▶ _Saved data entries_

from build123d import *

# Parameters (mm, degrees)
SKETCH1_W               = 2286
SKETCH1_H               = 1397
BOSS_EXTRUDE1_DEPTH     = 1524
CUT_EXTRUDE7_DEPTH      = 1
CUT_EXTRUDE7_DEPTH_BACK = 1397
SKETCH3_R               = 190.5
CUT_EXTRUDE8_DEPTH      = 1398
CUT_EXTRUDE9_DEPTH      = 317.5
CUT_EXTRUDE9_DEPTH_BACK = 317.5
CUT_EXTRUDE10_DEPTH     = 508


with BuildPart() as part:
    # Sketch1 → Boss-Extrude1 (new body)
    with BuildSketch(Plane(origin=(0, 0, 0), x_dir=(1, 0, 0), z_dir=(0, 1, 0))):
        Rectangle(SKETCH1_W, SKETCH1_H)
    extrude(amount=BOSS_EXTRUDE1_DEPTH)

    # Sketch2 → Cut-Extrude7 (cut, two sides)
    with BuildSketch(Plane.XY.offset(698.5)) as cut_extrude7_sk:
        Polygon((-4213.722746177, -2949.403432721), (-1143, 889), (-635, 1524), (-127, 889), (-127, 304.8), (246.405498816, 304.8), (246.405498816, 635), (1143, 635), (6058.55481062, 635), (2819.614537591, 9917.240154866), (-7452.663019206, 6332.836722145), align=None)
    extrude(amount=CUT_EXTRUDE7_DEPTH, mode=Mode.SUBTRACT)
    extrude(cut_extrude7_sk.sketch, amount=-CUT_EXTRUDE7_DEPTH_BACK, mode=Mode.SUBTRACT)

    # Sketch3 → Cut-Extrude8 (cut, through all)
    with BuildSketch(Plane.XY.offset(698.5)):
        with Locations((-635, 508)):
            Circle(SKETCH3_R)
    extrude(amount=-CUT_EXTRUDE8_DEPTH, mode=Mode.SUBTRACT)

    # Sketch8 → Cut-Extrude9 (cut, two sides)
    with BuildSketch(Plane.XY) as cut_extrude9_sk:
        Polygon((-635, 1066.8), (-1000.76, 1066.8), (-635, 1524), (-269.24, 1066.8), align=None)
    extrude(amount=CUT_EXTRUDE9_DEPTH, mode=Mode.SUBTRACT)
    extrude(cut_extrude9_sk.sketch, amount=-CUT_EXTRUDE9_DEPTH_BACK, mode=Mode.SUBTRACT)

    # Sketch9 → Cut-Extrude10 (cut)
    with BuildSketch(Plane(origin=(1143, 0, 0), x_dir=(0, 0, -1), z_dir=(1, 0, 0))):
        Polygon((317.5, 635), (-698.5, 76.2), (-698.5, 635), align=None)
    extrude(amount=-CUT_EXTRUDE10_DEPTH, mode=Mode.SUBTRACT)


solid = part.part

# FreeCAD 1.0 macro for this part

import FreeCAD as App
import Part
import Sketcher

V = App.Vector
Q = App.Units.Quantity

doc = App.newDocument("Part")
body = doc.addObject("PartDesign::Body", "Body")

sketch1 = doc.addObject("Sketcher::SketchObject", "Sketch")
body.addObject(sketch1)
sketch1.AttachmentSupport = (doc.XZ_Plane, [""])
sketch1.MapMode = "FlatFace"
sketch1.addGeometry(Part.LineSegment(V(-1143, -698, 0), V(-1143, 698, 0)), False)
sketch1.addGeometry(Part.LineSegment(V(-1143, 698, 0), V(1143, 698, 0)), False)
sketch1.addGeometry(Part.LineSegment(V(1143, 698, 0), V(1143, -698, 0)), False)
sketch1.addGeometry(Part.LineSegment(V(1143, -698, 0), V(-1143, -698, 0)), False)
sketch1.addConstraint(Sketcher.Constraint("Coincident", 0, 2, 1, 1))
sketch1.addConstraint(Sketcher.Constraint("Coincident", 1, 2, 2, 1))
sketch1.addConstraint(Sketcher.Constraint("Coincident", 2, 2, 3, 1))
sketch1.addConstraint(Sketcher.Constraint("Coincident", 3, 2, 0, 1))
sketch1.addConstraint(Sketcher.Constraint("Vertical", 0))
sketch1.addConstraint(Sketcher.Constraint("Horizontal", 1))
sketch1.addConstraint(Sketcher.Constraint("Vertical", 2))
sketch1.addConstraint(Sketcher.Constraint("Horizontal", 3))
sketch1.addConstraint(Sketcher.Constraint("Symmetric", 0, 2, 2, 2, -1, 1))
sketch1.addConstraint(Sketcher.Constraint("DistanceX", 1, 1, 1, 2, Q("90 in")))
sketch1.addConstraint(Sketcher.Constraint("DistanceY", 0, 1, 0, 2, Q("55 in")))
pad1 = doc.addObject("PartDesign::Pad", "Pad")
body.addObject(pad1)
pad1.Profile = sketch1
pad1.Length = Q("60 in")
pad1.Reversed = True

sketch2 = doc.addObject("Sketcher::SketchObject", "Sketch001")
body.addObject(sketch2)
sketch2.AttachmentSupport = (doc.XY_Plane, [""])
sketch2.MapMode = "FlatFace"
sketch2.AttachmentOffset = App.Placement(V(0, 0, 27.5 * 25.4), App.Rotation())
sketch2.addGeometry(Part.LineSegment(V(-4214, -2949, 0), V(-635, 1524, 0)), False)
sketch2.addGeometry(Part.LineSegment(V(-635, 1524, 0), V(-127, 889, 0)), False)
sketch2.addGeometry(Part.LineSegment(V(-127, 889, 0), V(-127, 305, 0)), False)
sketch2.addGeometry(Part.LineSegment(V(-127, 305, 0), V(246, 305, 0)), False)
sketch2.addGeometry(Part.LineSegment(V(246, 305, 0), V(246, 635, 0)), False)
sketch2.addGeometry(Part.LineSegment(V(246, 635, 0), V(6059, 635, 0)), False)
sketch2.addGeometry(Part.LineSegment(V(6059, 635, 0), V(2820, 9917, 0)), False)
sketch2.addGeometry(Part.LineSegment(V(2820, 9917, 0), V(-7453, 6333, 0)), False)
sketch2.addGeometry(Part.LineSegment(V(-7453, 6333, 0), V(-4214, -2949, 0)), False)
sketch2.addConstraint(Sketcher.Constraint("Coincident", 0, 2, 1, 1))
sketch2.addConstraint(Sketcher.Constraint("Coincident", 1, 2, 2, 1))
sketch2.addConstraint(Sketcher.Constraint("Coincident", 2, 2, 3, 1))
sketch2.addConstraint(Sketcher.Constraint("Coincident", 3, 2, 4, 1))
sketch2.addConstraint(Sketcher.Constraint("Coincident", 4, 2, 5, 1))
sketch2.addConstraint(Sketcher.Constraint("Coincident", 5, 2, 6, 1))
sketch2.addConstraint(Sketcher.Constraint("Coincident", 6, 2, 7, 1))
sketch2.addConstraint(Sketcher.Constraint("Coincident", 7, 2, 8, 1))
sketch2.addConstraint(Sketcher.Constraint("Coincident", 8, 2, 0, 1))
sketch2.addConstraint(Sketcher.Constraint("Vertical", 2))
sketch2.addConstraint(Sketcher.Constraint("Horizontal", 3))
sketch2.addConstraint(Sketcher.Constraint("Vertical", 4))
sketch2.addConstraint(Sketcher.Constraint("Horizontal", 5))
sketch2.addConstraint(Sketcher.Constraint("Perpendicular", 6, 7))
sketch2.addConstraint(Sketcher.Constraint("Perpendicular", 7, 8))
sketch2.addConstraint(Sketcher.Constraint("Equal", 6, 8))
sketch2.addConstraint(Sketcher.Constraint("DistanceY", 2, 2, 2, 1, Q("23 in")))
sketch2.addConstraint(Sketcher.Constraint("DistanceY", 4, 1, 4, 2, Q("13 in")))
sketch2.addConstraint(Sketcher.Constraint("DistanceX", 0, 2, -1, 1, Q("25 in")))
sketch2.addConstraint(Sketcher.Constraint("DistanceY", -1, 1, 0, 2, Q("60 in")))
sketch2.addConstraint(Sketcher.Constraint("DistanceX", 1, 2, -1, 1, Q("5 in")))
sketch2.addConstraint(Sketcher.Constraint("DistanceY", -1, 1, 1, 2, Q("35 in")))
sketch2.addConstraint(Sketcher.Constraint("DistanceX", 3, 1, 3, 2, Q("373.405499 mm")))
sketch2.addConstraint(Sketcher.Constraint("DistanceX", 8, 2, 3, 2, Q("175.5956002 in")))
sketch2.addConstraint(Sketcher.Constraint("DistanceX", 5, 1, 5, 2, Q("5812.149312 mm")))
sketch2.addConstraint(Sketcher.Constraint("Distance", 0, Q("5728.751589 mm")))
sketch2.addConstraint(Sketcher.Constraint("Distance", 6, Q("9831.109621 mm")))
pocket1 = doc.addObject("PartDesign::Pocket", "Pocket")
body.addObject(pocket1)
pocket1.Profile = sketch2
pocket1.Type = "ThroughAll"
pocket1.Midplane = True

sketch3 = doc.addObject("Sketcher::SketchObject", "Sketch002")
body.addObject(sketch3)
sketch3.AttachmentSupport = (doc.XY_Plane, [""])
sketch3.MapMode = "FlatFace"
sketch3.AttachmentOffset = App.Placement(V(0, 0, 27.5 * 25.4), App.Rotation())
sketch3.addGeometry(Part.Circle(V(-635, 508, 0), V(0, 0, 1), 190), False)
sketch3.addConstraint(Sketcher.Constraint("Diameter", 0, Q("15 in")))
sketch3.addConstraint(Sketcher.Constraint("DistanceX", 0, 3, -1, 1, Q("25 in")))
sketch3.addConstraint(Sketcher.Constraint("DistanceY", -1, 1, 0, 3, Q("20 in")))
pocket2 = doc.addObject("PartDesign::Pocket", "Pocket001")
body.addObject(pocket2)
pocket2.Profile = sketch3
pocket2.Type = "ThroughAll"

sketch4 = doc.addObject("Sketcher::SketchObject", "Sketch003")
body.addObject(sketch4)
sketch4.AttachmentSupport = (doc.XY_Plane, [""])
sketch4.MapMode = "FlatFace"
sketch4.addGeometry(Part.LineSegment(V(-1001, 1067, 0), V(-269, 1067, 0)), False)
sketch4.addGeometry(Part.LineSegment(V(-269, 1067, 0), V(-635, 1524, 0)), False)
sketch4.addGeometry(Part.LineSegment(V(-635, 1524, 0), V(-1001, 1067, 0)), False)
sketch4.addConstraint(Sketcher.Constraint("Coincident", 0, 2, 1, 1))
sketch4.addConstraint(Sketcher.Constraint("Coincident", 1, 2, 2, 1))
sketch4.addConstraint(Sketcher.Constraint("Coincident", 2, 2, 0, 1))
sketch4.addConstraint(Sketcher.Constraint("Horizontal", 0))
sketch4.addConstraint(Sketcher.Constraint("Equal", 1, 2))
sketch4.addConstraint(Sketcher.Constraint("DistanceX", 0, 1, 0, 2, Q("28.8 in")))
sketch4.addConstraint(Sketcher.Constraint("DistanceY", -1, 1, 0, 2, Q("42 in")))
sketch4.addConstraint(Sketcher.Constraint("DistanceX", 1, 2, -1, 1, Q("25 in")))
sketch4.addConstraint(Sketcher.Constraint("DistanceY", -1, 1, 1, 2, Q("60 in")))
pocket3 = doc.addObject("PartDesign::Pocket", "Pocket002")
body.addObject(pocket3)
pocket3.Profile = sketch4
pocket3.Type = "TwoLengths"
pocket3.Length = Q("12.5 in")
pocket3.Length2 = Q("12.5 in")
pocket3.Reversed = True

sketch5 = doc.addObject("Sketcher::SketchObject", "Sketch004")
body.addObject(sketch5)
sketch5.AttachmentSupport = (doc.YZ_Plane, [""])
sketch5.MapMode = "FlatFace"
sketch5.AttachmentOffset = App.Placement(V(0, 0, 45 * 25.4), App.Rotation())
sketch5.addGeometry(Part.LineSegment(V(76, 698, 0), V(635, -318, 0)), False)
sketch5.addGeometry(Part.LineSegment(V(635, -318, 0), V(635, 698, 0)), False)
sketch5.addGeometry(Part.LineSegment(V(635, 698, 0), V(76, 698, 0)), False)
sketch5.addConstraint(Sketcher.Constraint("Coincident", 0, 2, 1, 1))
sketch5.addConstraint(Sketcher.Constraint("Coincident", 1, 2, 2, 1))
sketch5.addConstraint(Sketcher.Constraint("Coincident", 2, 2, 0, 1))
sketch5.addConstraint(Sketcher.Constraint("Vertical", 1))
sketch5.addConstraint(Sketcher.Constraint("Horizontal", 2))
sketch5.addConstraint(Sketcher.Constraint("DistanceX", 2, 2, 2, 1, Q("22 in")))
sketch5.addConstraint(Sketcher.Constraint("DistanceY", 1, 1, 1, 2, Q("40 in")))
sketch5.addConstraint(Sketcher.Constraint("DistanceX", -1, 1, 0, 2, Q("25 in")))
sketch5.addConstraint(Sketcher.Constraint("DistanceY", 0, 2, -1, 1, Q("12.5 in")))
pocket4 = doc.addObject("PartDesign::Pocket", "Pocket003")
body.addObject(pocket4)
pocket4.Profile = sketch5
pocket4.Length = Q("20 in")

doc.recompute()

▶ _Exercise objective_
Can you repeat, word for word, every line above from the one containing "# Sketch2 → Cut-Extrude7 (cut, two sides)" down to the one containing "Circle(SKETCH3_R)", including both?

▶ _Completed exercise_
    # Sketch2 → Cut-Extrude7 (cut, two sides)
    with BuildSketch(Plane.XY.offset(698.5)) as cut_extrude7_sk:
        Polygon((-4213.722746177, -2949.403432721), (-1143, 889), (-635, 1524), (-127, 889), (-127, 304.8), (246.405498816, 304.8), (246.405498816, 635), (1143, 635), (6058.55481062, 635), (2819.614537591, 9917.240154866), (-7452.663019206, 6332.836722145), align=None)
    extrude(amount=CUT_EXTRUDE7_DEPTH, mode=Mode.SUBTRACT)
    extrude(cut_extrude7_sk.sketch, amount=-CUT_EXTRUDE7_DEPTH_BACK, mode=Mode.SUBTRACT)

    # Sketch3 → Cut-Extrude8 (cut, through all)
    with BuildSketch(Plane.XY.offset(698.5)):
        with Locations((-635, 508)):
            Circle(SKETCH3_R)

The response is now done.